Und damit komme ich zurück auf den Threadverlauf - mit demselben Hintergrund sind nämlich auch die hier getroffenen Abgrenzungen mit großer Vorsicht zu genießen - also zB, dass Astralreisen etwas gaaaanz anderes sei als schamanisches Reisen, usw.
So etwas gaaaaanz anderes und abgegrenztes ist nämlich lediglich der heutige moderne Neo-Schamanismus - und ist es auch nur für die Leute die drauf abfahren -
weil sie drauf abfahren.
Soweit dieses. Aber wenn wir schonmal dabei sind, dann schauen wir gleich noch weiter.
In älteren Texten findet man Hinweise darauf, dass es die Bönpos nicht nur in Tibet gegeben hat, sondern auch in der Mongolei. Und dort sind sie nicht vom Buddhismus verdrängt worden, sondern praktizieren weiterhin Schamanismus.
In neueren Texten findet man diese Bezugsetzung nicht mehr. Stattdessen ist man übereingekommen, den mongolischen Schamanismus als Tengrismus zu bezeichnen, weil man nämlich herausgefunden zu haben meint, dass es sich da um eine durchgängige Weltanschauung der zentralasiatischen Völker handelt (womit auch der sibirische Schamanismus bzw. die Turkvölker einbezogen sind). Das hat aber vor allem marketingtechnische Gründe.
Warum also sind diese Zusammenhänge nicht allgemein bekannt, und warum steht Bön nicht als Schamanismus im Fokus des Interesses? Der Grund ist einfach: weil das marketingschädlich wäre.
Der tibetische Buddhismus verkauft sich ganz hervorragend als Buddhismus; der Dalai Lama ist ein Star, tourt durch die ganze Welt und tritt in vollbesetzen Hallen auf. Hier einen Zusammenhang zu Schamanismus herzustellen, wäre eher schädlich, weil es die Fans mit ihren einfach gestrickten Klischeebildchen lediglich verwirren würde.

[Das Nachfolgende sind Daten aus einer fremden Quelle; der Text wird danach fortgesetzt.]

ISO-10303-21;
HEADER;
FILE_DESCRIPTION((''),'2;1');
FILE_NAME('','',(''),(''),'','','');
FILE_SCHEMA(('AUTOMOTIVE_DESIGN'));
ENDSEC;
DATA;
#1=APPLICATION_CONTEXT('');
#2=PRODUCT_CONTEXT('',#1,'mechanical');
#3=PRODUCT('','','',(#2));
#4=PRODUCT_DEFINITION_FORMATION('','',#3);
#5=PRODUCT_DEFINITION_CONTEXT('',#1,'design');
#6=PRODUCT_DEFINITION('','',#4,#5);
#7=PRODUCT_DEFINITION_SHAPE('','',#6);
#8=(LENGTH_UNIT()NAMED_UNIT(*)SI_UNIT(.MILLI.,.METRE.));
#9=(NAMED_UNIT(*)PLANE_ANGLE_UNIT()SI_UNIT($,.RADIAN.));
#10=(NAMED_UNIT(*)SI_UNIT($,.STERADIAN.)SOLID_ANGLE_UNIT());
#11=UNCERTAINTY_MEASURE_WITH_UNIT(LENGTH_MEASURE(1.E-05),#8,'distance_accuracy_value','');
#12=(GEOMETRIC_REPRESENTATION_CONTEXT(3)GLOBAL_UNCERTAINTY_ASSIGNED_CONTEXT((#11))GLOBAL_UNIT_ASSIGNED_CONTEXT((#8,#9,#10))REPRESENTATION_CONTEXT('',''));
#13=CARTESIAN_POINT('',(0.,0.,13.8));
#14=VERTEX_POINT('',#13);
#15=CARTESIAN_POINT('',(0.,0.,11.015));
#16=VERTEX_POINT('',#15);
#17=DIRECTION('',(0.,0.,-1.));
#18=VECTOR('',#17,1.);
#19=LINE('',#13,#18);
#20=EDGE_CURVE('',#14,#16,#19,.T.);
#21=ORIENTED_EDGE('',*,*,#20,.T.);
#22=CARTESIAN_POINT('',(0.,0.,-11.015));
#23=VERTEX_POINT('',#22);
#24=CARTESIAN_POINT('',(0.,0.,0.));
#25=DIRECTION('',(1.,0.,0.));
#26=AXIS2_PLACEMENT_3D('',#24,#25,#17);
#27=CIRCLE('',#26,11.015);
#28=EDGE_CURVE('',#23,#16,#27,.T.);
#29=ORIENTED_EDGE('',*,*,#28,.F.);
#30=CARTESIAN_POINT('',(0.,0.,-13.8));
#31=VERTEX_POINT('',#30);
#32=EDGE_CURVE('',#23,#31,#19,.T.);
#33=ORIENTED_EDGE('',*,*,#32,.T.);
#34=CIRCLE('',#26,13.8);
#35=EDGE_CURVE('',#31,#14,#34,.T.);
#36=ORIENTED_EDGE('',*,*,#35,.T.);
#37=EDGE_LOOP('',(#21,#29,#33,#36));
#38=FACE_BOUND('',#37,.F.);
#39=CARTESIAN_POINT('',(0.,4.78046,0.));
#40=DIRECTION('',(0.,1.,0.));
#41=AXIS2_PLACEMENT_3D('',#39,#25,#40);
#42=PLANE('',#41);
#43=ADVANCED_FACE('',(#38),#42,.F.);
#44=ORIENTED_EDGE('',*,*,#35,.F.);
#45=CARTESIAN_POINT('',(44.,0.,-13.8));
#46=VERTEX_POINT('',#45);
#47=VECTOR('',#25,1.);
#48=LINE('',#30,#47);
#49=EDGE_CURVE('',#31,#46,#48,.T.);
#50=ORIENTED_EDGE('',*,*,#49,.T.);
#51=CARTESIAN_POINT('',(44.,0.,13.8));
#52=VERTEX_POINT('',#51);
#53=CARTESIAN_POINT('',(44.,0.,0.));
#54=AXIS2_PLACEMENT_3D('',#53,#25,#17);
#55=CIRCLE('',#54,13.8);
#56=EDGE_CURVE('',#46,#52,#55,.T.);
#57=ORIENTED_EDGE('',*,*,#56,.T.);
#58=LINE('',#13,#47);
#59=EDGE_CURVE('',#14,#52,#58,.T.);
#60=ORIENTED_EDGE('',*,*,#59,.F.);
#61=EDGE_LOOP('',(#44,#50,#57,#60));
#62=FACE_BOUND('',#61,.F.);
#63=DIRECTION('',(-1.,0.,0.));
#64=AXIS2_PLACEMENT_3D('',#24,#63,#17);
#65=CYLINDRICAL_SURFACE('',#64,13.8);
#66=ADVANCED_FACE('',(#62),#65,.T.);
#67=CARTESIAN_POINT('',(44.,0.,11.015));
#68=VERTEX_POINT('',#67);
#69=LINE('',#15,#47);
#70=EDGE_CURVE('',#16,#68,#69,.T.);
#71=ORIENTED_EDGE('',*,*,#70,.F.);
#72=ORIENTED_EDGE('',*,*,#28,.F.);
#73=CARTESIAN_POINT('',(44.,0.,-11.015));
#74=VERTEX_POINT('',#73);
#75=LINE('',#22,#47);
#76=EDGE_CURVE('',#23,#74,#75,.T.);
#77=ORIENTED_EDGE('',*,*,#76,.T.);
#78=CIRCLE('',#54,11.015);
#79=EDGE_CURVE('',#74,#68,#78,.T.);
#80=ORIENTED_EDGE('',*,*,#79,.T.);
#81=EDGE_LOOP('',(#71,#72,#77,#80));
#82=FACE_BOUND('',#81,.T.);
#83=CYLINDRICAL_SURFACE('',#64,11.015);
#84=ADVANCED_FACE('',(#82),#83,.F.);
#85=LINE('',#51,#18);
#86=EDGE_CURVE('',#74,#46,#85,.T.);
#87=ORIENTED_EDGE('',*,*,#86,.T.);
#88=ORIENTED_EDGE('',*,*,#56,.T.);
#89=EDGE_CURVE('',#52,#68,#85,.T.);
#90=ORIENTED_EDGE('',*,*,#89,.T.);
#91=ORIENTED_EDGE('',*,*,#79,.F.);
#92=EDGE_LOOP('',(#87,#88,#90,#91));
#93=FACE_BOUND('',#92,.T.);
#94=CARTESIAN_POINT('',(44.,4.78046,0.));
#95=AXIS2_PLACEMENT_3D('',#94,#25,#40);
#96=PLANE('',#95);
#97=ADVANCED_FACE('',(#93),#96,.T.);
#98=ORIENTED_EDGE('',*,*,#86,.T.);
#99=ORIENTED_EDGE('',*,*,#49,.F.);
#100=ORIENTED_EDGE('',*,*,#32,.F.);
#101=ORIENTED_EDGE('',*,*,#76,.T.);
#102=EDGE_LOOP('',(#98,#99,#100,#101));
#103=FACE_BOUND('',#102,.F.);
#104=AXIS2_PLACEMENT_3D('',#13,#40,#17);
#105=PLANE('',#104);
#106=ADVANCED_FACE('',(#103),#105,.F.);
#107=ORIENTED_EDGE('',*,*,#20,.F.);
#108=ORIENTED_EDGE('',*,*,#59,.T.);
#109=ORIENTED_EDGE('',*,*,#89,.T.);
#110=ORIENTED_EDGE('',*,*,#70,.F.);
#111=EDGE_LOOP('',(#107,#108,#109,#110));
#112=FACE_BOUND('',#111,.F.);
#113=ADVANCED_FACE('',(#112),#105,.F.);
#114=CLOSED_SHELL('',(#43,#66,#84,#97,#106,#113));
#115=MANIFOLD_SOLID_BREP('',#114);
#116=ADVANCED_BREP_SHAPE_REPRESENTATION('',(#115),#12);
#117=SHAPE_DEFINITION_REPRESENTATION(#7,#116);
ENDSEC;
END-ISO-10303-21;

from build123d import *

# Parameters (mm, degrees)
F1_DEPTH = 44
F3_DEPTH = 44


with BuildPart() as f1:
    # F0 (on Right) → F1 (new body)
    with BuildSketch(Plane.YZ):
        with BuildLine():
            Line((0, 13.8), (0, -13.8))
            ThreePointArc((0, -13.8), (13.8, 0), (0, 13.8))
        make_face()
    extrude(amount=F1_DEPTH)

    # F2 (on Right) → F3 (cut)
    with BuildSketch(Plane.YZ):
        with BuildLine():
            Line((0, 11.015), (0, -11.015))
            ThreePointArc((0, -11.015), (11.015, 0), (0, 11.015))
        make_face()
    extrude(amount=F3_DEPTH, mode=Mode.SUBTRACT)


solid = f1.part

Schamanismus auf der anderen seite verkauft sich als Produkt auch ganz hervorragend. Und deswegen hat man die zentralasiatischen animistisch-schamanistischen Weltanschauungen unter einem Überbegriff zusammengefasst. Damit kann man jetzt nämlich finanziell potente westliche Esoterik-Konsumenten
in die Mongolei karren und ihnen dort den "Schamanismus" vorführen, den sie erwarten und sehen wollen - Hausbesuch mit Heilzeremonie und "fast ausgestorbene Rituale" inclusive.
Es ist im Grunde dasselbe wie bei Kraft Foods: Milka ist Kraft Foods und wird als Milka verkauft, Toblerone ist Kraft Foods und wird als Toblerone verkauft - einfach weil die Leute diese Produkte haben wollen - aber drin ist dieselbe Schokolade und sie kommt auch aus denselben Maschinen. Es geht nur um Marketing.
Wenn Du authentischen mongolischen Schamanismus erleben wolltest, hättest du vor zehn Jahren hinfahren müssen - heute ist er durch Tourismus zerstört, und stattdessen werden Markterwartungen befriedigt: Schamanen als Sightseeing-Objekt.